● Data supplied:

____

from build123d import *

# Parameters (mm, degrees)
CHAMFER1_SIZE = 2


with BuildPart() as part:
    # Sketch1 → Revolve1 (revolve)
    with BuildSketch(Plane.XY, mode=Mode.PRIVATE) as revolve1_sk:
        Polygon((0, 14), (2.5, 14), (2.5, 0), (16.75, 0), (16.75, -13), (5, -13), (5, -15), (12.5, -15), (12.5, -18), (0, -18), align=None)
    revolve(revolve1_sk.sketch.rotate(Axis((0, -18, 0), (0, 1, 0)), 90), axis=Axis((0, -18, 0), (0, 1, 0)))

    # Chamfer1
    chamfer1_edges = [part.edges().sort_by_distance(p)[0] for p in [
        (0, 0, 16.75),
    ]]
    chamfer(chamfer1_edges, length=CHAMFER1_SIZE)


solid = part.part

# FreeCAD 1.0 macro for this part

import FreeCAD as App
import Part
import Sketcher
Q = App.Units.Quantity


def edges_at(feature, points):
    """Names of the edges that pass closest to the given points."""
    edges = feature.Shape.Edges
    near = lambda p: min(range(len(edges)), key=lambda i: edges[i].distToShape(Part.Vertex(*p))[0])
    return sorted({f"Edge{near(p) + 1}" for p in points})


def add_polygon(sketch, points):
    """Adds a closed chain of lines whose ends are joined by coincident constraints."""
    first, n = sketch.GeometryCount, len(points)
    for a, b in zip(points, points[1:] + points[:1]):
        sketch.addGeometry(Part.LineSegment(App.Vector(*a, 0), App.Vector(*b, 0)), False)
    for i in range(n):
        sketch.addConstraint(Sketcher.Constraint("Coincident", first + i, 2, first + (i + 1) % n, 1))

doc = App.newDocument("Part")
body = doc.addObject("PartDesign::Body", "Body")

# Sketch on XY plane
sketch1 = body.newObject("Sketcher::SketchObject", "Sketch")
sketch1.AttachmentSupport = (doc.getObject("XY_Plane"), [""])
sketch1.MapMode = "FlatFace"
add_polygon(sketch1, [(2.5, 14), (0, 14), (0, -18), (12.5, -18), (12.5, -15), (5, -15), (5, -13), (16.8, -13), (16.8, 0), (2.5, 0)])  # lines 0-9
sketch1.addConstraint([
    Sketcher.Constraint("Horizontal", 0),
    Sketcher.Constraint("Vertical", 1),
    Sketcher.Constraint("Horizontal", 2),
    Sketcher.Constraint("Vertical", 3),
    Sketcher.Constraint("Horizontal", 4),
    Sketcher.Constraint("Vertical", 5),
    Sketcher.Constraint("Horizontal", 6),
    Sketcher.Constraint("Vertical", 7),
    Sketcher.Constraint("Horizontal", 8),
    Sketcher.Constraint("Vertical", 9),
    Sketcher.Constraint("PointOnObject", 0, 2, -2),
    Sketcher.Constraint("PointOnObject", 7, 2, -1),
    Sketcher.Constraint("DistanceY", 1, 2, 1, 1, Q("32 mm")),
    Sketcher.Constraint("DistanceY", 3, 1, 3, 2, Q("3 mm")),
    Sketcher.Constraint("DistanceY", 5, 1, 5, 2, Q("2 mm")),
    Sketcher.Constraint("DistanceY", 7, 1, 7, 2, Q("13 mm")),
    Sketcher.Constraint("DistanceX", 0, 2, 0, 1, Q("2.5 mm")),
    Sketcher.Constraint("DistanceX", 2, 1, 2, 2, Q("12.5 mm")),
    Sketcher.Constraint("DistanceX", 4, 2, 4, 1, Q("7.5 mm")),
    Sketcher.Constraint("DistanceX", 6, 1, 6, 2, Q("11.75 mm")),
])
revolution = body.newObject("PartDesign::Revolution", "Revolution")
revolution.Profile = sketch1
revolution.ReferenceAxis = (sketch1, ["V_Axis"])
revolution.Angle = 360
doc.recompute()

chamfer = body.newObject("PartDesign::Chamfer", "Chamfer")
chamfer.Base = (revolution, edges_at(revolution, [(0, 0, 16.75)]))
chamfer.Size = 2

doc.recompute()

____

Across the records, how many lines carry the word "with"? The answer should be a number alone.

● Answer for the task:
2